On the stone floor of the wood-paneled operating theater, Titus rolled up his sleeves and put on his rubber boots and apron. He laid out his knives and saws and scalpels, placed the metal “gut” buckets beneath the operating table, and prepared the jars of alcohol. This was his element, he told himself firmly. It would be just like old times. He would find a few specimens, make his customary measurements and notes, and have replacements back to the Natural History Museum by tomorrow evening.
“Whar d’ye want it, guv?” The old sailor who had driven the ice wagon stood at the side door of the operating theater with a good-sized shark over his shoulder and dangling down his back.
“Over here, on the table.” Titus’s stomach contracted at the sight of the smooth gray skin and sleek body. When the old fellow plopped it onto the table, he took measurements from nose to tip of tail fin, wrote a brief description in his open journal, then picked up a hefty butcher knife and sharpened it on the leather strap hanging from the table. His heart was thudding faster and he looked down to find his hands shaking.
“Wot are ye gonna do, Perfesser?” The old sailor winced as Titus made the first cut.
Puke
, Titus thought as the first wave of blood and half-digested gut smells hit him. Clenching his teeth, he fought
down the nausea and a rising bit of panic. He’d never had this trouble before. What the hell was the matter with him?
“I’m looking for specimens … evidence of what sharks eat.”

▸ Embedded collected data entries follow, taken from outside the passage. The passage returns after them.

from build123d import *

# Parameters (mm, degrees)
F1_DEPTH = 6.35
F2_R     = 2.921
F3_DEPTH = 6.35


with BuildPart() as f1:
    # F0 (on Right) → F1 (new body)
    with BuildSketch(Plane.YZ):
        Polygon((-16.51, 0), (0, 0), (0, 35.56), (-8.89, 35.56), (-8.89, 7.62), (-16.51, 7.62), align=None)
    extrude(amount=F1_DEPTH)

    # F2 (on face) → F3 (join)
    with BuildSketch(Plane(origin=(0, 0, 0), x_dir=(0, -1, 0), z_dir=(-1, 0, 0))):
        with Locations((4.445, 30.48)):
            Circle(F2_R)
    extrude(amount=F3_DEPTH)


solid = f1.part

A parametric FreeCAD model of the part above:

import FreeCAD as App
import Part
import Sketcher

V = App.Vector
Q = App.Units.Quantity

doc = App.newDocument("Part")
body = doc.addObject("PartDesign::Body", "Body")

# Sketch on YZ plane
sketch1 = doc.addObject("Sketcher::SketchObject", "Sketch")
body.addObject(sketch1)
sketch1.AttachmentSupport = (doc.YZ_Plane, [""])
sketch1.MapMode = "FlatFace"
sketch1.addGeometry([
    Part.LineSegment(V(-17, 0, 0), V(0, 0, 0)),  # 0
    Part.LineSegment(V(0, 0, 0), V(0, 36, 0)),  # 1
    Part.LineSegment(V(0, 36, 0), V(-9, 36, 0)),  # 2
    Part.LineSegment(V(-9, 36, 0), V(-9, 8, 0)),  # 3
    Part.LineSegment(V(-9, 8, 0), V(-17, 8, 0)),  # 4
    Part.LineSegment(V(-17, 8, 0), V(-17, 0, 0)),  # 5
], False)
sketch1.addConstraint([
    Sketcher.Constraint("Coincident", 0, 2, 1, 1),
    Sketcher.Constraint("Coincident", 1, 2, 2, 1),
    Sketcher.Constraint("Coincident", 2, 2, 3, 1),
    Sketcher.Constraint("Coincident", 3, 2, 4, 1),
    Sketcher.Constraint("Coincident", 4, 2, 5, 1),
    Sketcher.Constraint("Coincident", 5, 2, 0, 1),
    Sketcher.Constraint("Horizontal", 0),
    Sketcher.Constraint("Vertical", 1),
    Sketcher.Constraint("Horizontal", 2),
    Sketcher.Constraint("Vertical", 3),
    Sketcher.Constraint("Horizontal", 4),
    Sketcher.Constraint("Vertical", 5),
    Sketcher.Constraint("Coincident", 0, 2, -1, 1),
    Sketcher.Constraint("Equal", 4, 5),
    Sketcher.Constraint("DistanceX", 4, 2, 4, 1, Q("0.3 in")),
    Sketcher.Constraint("DistanceY", 1, 1, 1, 2, Q("1.4 in")),
    Sketcher.Constraint("DistanceX", 0, 1, 0, 2, Q("0.65 in")),
])
pad1 = doc.addObject("PartDesign::Pad", "Pad")
body.addObject(pad1)
pad1.Profile = sketch1
pad1.Length = Q("0.25 in")

# Sketch on YZ plane
sketch2 = doc.addObject("Sketcher::SketchObject", "Sketch001")
body.addObject(sketch2)
sketch2.AttachmentSupport = (doc.YZ_Plane, [""])
sketch2.MapMode = "FlatFace"
sketch2.addGeometry(Part.Circle(V(-4.4, 30.5, 0), V(0, 0, 1), 2.9), False)
sketch2.addConstraint([
    Sketcher.Constraint("Diameter", 0, Q("0.23 in")),
    Sketcher.Constraint("DistanceY", -1, 1, 0, 3, Q("1.2 in")),
    Sketcher.Constraint("DistanceX", 0, 3, -1, 1, Q("0.175 in")),
])
pad2 = doc.addObject("PartDesign::Pad", "Pad001")
body.addObject(pad2)
pad2.Profile = sketch2
pad2.Length = Q("0.25 in")
pad2.Reversed = True

doc.recompute()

“Aww—I ken tell ye that. They eat everthin’ wot gets in their way,” the old fellow declared, holding his nose and watching as Titus began sorting through the contents of the shark’s stomach. “I seen ’em eat hunks of wood th’ ship’s carpentur tossed overboard. Ye know, I seen a man’s guts before. They kinda look like that there shark’s. Funny, ain’t it? I guess parts is parts.”
Parts is parts
. A faint ringing began in Titus’s ears as he held his breath and pulled out the shark’s last meal. A few small fish … a cod or two … and the bleached remains of a bony beak—a leftover from a former meal. It was the remnants of … a small dolphin’s head.

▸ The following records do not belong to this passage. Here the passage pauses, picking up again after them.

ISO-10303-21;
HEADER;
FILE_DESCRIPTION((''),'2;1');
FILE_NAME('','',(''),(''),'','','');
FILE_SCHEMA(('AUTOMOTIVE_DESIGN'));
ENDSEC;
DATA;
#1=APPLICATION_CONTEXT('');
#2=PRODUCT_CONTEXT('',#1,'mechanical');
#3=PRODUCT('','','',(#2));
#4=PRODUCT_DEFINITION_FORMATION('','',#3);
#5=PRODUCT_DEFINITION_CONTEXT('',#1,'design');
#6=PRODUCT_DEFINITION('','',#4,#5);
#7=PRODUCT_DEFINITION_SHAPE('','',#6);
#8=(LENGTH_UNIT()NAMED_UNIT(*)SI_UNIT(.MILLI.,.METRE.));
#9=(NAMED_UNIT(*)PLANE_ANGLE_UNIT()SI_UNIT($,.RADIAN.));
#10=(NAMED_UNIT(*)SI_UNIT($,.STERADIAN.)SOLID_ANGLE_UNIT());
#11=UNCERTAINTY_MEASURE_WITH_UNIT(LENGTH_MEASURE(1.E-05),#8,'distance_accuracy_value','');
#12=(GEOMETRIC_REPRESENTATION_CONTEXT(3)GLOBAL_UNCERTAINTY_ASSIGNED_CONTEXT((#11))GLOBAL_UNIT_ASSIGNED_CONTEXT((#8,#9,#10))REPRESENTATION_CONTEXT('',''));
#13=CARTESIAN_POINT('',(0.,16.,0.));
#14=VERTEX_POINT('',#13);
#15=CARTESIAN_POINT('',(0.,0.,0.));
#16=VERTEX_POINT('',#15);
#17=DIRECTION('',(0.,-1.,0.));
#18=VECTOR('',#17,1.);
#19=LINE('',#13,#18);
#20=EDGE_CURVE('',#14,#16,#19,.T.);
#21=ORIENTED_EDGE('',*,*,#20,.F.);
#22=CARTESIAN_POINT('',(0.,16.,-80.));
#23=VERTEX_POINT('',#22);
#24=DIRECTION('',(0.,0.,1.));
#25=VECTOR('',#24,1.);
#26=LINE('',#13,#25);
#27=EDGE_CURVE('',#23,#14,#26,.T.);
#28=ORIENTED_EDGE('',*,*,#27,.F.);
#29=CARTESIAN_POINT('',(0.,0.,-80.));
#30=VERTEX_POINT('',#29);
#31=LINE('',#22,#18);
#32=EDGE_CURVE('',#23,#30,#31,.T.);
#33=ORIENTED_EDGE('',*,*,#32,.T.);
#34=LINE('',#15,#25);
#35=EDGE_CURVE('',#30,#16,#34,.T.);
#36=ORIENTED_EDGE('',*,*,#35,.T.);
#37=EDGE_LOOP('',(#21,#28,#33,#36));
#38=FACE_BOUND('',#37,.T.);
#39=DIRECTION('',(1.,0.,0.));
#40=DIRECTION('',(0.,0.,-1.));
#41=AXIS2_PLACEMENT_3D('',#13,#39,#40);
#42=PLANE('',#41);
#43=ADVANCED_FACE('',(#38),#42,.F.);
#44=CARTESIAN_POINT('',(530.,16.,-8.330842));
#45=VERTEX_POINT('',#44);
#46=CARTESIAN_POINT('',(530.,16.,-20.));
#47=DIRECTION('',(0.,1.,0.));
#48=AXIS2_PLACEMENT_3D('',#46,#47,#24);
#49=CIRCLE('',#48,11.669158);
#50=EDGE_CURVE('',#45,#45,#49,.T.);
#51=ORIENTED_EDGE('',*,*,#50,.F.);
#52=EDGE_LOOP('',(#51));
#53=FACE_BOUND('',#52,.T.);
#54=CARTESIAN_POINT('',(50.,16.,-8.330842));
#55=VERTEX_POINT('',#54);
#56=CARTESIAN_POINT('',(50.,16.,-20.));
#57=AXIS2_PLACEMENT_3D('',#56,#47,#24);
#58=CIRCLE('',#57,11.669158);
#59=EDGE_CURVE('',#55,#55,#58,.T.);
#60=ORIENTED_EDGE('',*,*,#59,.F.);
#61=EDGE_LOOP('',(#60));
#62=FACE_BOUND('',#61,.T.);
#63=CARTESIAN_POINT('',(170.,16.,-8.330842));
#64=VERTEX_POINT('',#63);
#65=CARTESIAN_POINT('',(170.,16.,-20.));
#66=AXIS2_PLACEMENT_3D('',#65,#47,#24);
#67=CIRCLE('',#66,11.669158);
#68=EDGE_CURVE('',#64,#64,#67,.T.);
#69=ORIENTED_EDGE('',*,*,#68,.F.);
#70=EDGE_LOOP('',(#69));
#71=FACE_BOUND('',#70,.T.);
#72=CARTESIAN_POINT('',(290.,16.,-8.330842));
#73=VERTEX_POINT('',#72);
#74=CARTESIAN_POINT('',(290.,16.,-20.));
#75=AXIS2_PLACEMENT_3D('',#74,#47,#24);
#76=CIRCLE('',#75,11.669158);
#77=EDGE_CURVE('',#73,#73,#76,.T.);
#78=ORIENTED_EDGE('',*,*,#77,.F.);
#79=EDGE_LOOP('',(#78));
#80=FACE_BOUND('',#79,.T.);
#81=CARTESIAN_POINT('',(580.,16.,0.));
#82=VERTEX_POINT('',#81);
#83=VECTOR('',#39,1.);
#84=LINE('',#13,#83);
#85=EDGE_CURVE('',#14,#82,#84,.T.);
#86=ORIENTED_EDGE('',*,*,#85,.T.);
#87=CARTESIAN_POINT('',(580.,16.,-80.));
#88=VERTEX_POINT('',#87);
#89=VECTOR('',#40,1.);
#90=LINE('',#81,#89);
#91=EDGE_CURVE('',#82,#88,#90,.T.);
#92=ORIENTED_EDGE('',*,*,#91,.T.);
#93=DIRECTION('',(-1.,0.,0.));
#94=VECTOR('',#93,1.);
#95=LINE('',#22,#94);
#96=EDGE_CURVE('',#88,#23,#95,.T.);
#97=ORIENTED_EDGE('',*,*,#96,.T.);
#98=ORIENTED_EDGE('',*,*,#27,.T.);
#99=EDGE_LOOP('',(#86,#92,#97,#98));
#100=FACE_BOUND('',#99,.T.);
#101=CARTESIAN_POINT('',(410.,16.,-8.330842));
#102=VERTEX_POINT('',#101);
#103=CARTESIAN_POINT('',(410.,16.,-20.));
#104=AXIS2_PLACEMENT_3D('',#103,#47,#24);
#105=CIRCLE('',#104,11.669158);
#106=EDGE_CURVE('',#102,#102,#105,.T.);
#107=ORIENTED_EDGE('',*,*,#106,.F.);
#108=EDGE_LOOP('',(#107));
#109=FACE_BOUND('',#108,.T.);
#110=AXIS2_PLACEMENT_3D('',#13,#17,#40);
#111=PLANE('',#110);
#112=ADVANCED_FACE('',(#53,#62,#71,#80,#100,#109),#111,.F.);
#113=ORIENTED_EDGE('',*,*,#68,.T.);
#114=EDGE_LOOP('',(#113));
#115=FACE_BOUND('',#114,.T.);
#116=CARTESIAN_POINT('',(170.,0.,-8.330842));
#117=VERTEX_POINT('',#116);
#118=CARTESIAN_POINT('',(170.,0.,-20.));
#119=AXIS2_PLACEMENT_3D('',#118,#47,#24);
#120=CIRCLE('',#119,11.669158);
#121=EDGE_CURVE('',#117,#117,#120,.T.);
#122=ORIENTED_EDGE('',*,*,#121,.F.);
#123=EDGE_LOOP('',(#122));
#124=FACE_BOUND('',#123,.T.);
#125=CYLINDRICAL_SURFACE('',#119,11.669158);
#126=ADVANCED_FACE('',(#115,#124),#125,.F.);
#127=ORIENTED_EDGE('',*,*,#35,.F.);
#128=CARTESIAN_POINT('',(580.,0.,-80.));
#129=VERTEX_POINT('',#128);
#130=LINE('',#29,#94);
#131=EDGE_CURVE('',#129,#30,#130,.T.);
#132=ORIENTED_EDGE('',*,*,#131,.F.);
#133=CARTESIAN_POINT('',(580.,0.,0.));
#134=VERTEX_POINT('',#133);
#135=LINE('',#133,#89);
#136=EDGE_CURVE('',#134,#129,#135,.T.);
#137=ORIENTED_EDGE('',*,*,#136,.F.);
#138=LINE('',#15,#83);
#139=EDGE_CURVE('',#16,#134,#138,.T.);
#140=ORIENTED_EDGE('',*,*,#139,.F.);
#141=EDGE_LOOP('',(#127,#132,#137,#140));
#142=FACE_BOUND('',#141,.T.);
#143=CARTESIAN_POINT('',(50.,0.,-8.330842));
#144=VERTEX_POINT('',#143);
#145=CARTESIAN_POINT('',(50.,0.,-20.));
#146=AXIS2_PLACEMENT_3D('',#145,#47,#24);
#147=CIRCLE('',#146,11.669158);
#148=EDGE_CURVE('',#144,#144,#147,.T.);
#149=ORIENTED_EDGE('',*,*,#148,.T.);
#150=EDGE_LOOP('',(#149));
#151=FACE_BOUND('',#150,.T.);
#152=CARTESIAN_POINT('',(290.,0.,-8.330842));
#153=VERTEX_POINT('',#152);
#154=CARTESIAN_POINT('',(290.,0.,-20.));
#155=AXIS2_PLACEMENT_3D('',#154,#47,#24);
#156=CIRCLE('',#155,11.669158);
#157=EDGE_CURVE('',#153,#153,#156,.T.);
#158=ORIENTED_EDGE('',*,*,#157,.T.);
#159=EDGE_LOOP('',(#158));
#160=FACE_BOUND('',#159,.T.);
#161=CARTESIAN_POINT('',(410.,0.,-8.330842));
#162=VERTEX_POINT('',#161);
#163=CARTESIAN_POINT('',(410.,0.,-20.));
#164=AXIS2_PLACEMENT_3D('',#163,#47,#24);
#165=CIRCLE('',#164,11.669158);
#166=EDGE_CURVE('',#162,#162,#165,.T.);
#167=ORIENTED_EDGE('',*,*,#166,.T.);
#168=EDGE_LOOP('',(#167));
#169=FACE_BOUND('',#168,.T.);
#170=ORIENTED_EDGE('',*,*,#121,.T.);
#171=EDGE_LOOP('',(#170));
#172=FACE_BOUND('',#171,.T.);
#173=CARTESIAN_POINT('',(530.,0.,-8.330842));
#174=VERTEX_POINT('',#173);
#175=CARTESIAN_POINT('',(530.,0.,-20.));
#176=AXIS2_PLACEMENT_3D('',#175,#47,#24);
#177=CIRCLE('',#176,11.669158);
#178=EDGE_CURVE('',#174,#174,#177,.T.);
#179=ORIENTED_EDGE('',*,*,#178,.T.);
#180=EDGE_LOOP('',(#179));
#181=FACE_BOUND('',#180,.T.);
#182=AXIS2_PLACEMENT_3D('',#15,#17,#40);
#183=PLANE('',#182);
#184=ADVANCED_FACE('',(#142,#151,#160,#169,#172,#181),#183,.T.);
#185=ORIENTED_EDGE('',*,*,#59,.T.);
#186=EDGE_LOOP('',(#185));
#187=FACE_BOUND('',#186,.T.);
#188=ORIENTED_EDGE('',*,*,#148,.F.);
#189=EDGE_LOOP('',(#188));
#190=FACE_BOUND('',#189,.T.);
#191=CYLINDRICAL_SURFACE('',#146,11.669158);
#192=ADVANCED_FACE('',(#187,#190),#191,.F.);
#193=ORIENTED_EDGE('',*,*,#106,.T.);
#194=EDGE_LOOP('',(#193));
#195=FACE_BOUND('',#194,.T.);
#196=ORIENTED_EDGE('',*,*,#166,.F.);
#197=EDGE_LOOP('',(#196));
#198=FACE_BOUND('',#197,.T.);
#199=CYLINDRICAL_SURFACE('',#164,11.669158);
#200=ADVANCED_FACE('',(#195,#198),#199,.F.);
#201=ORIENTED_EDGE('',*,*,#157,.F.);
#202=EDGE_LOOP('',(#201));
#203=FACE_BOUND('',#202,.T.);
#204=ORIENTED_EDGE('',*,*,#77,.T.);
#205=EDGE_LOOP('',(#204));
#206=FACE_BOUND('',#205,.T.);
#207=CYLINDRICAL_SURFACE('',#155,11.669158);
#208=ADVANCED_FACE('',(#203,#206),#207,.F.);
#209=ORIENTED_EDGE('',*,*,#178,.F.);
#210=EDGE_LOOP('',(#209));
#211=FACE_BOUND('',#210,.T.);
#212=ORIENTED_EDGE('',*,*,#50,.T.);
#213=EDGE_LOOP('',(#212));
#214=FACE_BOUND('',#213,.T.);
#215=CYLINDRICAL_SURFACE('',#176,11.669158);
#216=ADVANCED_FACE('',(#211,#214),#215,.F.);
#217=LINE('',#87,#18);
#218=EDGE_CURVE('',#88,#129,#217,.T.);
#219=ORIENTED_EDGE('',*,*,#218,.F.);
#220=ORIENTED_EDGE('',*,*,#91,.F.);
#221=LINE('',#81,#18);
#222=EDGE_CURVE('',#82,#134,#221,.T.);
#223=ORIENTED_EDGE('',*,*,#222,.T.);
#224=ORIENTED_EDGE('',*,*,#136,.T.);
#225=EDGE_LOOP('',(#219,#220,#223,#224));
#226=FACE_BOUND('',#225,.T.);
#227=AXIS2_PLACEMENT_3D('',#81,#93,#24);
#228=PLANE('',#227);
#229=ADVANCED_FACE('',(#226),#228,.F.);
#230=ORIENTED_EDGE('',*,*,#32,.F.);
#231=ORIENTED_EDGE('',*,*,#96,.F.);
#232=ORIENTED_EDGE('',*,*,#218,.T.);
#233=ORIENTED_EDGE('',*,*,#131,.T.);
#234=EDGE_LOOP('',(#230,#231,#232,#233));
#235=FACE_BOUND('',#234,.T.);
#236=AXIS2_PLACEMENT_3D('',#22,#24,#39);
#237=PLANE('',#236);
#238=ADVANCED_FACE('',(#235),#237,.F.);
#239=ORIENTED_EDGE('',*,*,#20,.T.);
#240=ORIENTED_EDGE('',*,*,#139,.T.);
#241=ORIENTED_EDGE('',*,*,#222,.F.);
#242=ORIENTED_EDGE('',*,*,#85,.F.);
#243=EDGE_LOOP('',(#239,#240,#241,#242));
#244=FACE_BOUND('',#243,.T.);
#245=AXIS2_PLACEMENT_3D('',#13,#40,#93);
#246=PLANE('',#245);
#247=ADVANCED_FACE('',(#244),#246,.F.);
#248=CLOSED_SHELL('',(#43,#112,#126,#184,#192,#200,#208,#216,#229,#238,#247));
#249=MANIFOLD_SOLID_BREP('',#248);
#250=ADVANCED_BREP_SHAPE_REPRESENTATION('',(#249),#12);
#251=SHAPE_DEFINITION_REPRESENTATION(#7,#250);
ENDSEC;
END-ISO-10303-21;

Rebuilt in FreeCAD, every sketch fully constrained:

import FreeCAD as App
import Part
import Sketcher

V = App.Vector


def add_polygon(sketch, points):
    """Adds a closed chain of lines whose ends are joined by coincident constraints."""
    first, n = sketch.GeometryCount, len(points)
    for a, b in zip(points, points[1:] + points[:1]):
        sketch.addGeometry(Part.LineSegment(App.Vector(*a, 0), App.Vector(*b, 0)), False)
    for i in range(n):
        sketch.addConstraint(Sketcher.Constraint("Coincident", first + i, 2, first + (i + 1) % n, 1))

doc = App.newDocument("Part")
params = doc.addObject("Spreadsheet::Sheet", "Params")
for row, (alias, value) in enumerate([
    ("sketch1_width", "580 mm"),
    ("sketch1_height", "80 mm"),
    ("pad1_length", "16 mm"),
    ("pocket1_length", "16 mm"),
], start=1):
    params.set(f"A{row}", alias)
    params.set(f"B{row}", "=" + value)
    params.setAlias(f"B{row}", alias)

body = doc.addObject("PartDesign::Body", "Body")

sketch1 = body.newObject("Sketcher::SketchObject", "Sketch")
sketch1.AttachmentSupport = (doc.getObject("XZ_Plane"), [""])
sketch1.MapMode = "FlatFace"
add_polygon(sketch1, [(0, -80), (0, 0), (580, 0), (580, -80)])
sketch1.addConstraint([
    Sketcher.Constraint("Vertical", 0),
    Sketcher.Constraint("Horizontal", 1),
    Sketcher.Constraint("Vertical", 2),
    Sketcher.Constraint("Horizontal", 3),
    Sketcher.Constraint("Coincident", 0, 2, -1, 1),
    Sketcher.Constraint("DistanceX", 1, 1, 1, 2, 580.0),
    Sketcher.Constraint("DistanceY", 0, 1, 0, 2, 80.0),
])
sketch1.setExpression("Constraints[9]", "Params.sketch1_width")
sketch1.setExpression("Constraints[10]", "Params.sketch1_height")
pad1 = body.newObject("PartDesign::Pad", "Pad")
pad1.Profile = sketch1
pad1.setExpression("Length", "Params.pad1_length")
pad1.Reversed = True

sketch2 = body.newObject("Sketcher::SketchObject", "Sketch001")
sketch2.AttachmentSupport = (doc.getObject("XZ_Plane"), [""])
sketch2.MapMode = "FlatFace"
sketch2.AttachmentOffset = App.Placement(V(0, 0, -16), App.Rotation())
sketch2.addGeometry([
    Part.Circle(V(50, -20, 0), V(0, 0, 1), 12),
    Part.Circle(V(170, -20, 0), V(0, 0, 1), 12),
    Part.Circle(V(290, -20, 0), V(0, 0, 1), 12),
    Part.Circle(V(410, -20, 0), V(0, 0, 1), 12),
    Part.Circle(V(530, -20, 0), V(0, 0, 1), 12),
], False)
sketch2.addConstraint([
    Sketcher.Constraint("Equal", 0, 1),
    Sketcher.Constraint("Equal", 1, 2),
    Sketcher.Constraint("Equal", 2, 3),
    Sketcher.Constraint("Equal", 3, 4),
    Sketcher.Constraint("Horizontal", 0, 3, 1, 3),
    Sketcher.Constraint("Horizontal", 1, 3, 2, 3),
    Sketcher.Constraint("Horizontal", 2, 3, 3, 3),
    Sketcher.Constraint("Horizontal", 3, 3, 4, 3),
    Sketcher.Constraint("DistanceX", -1, 1, 0, 3, 50.0),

Suddenly, the blood on his rubber gloves, on his apron, in the pool around his feet, looked too vividly, sickeningly red. He stared at the shark … limp and splayed before him, stripped of its ferocity, its dignity, its very life. He picked up the bony skull of the little dolphin and his ribs seemed to crowd his lungs. He was suddenly struggling for breath.
“Nothing worthwhile here,” he declared, dropping the skull into the gut bucket by his feet. Frantically, he cleared away the debris and ordered the old sailor: “Help me get this carcass back to the cart.”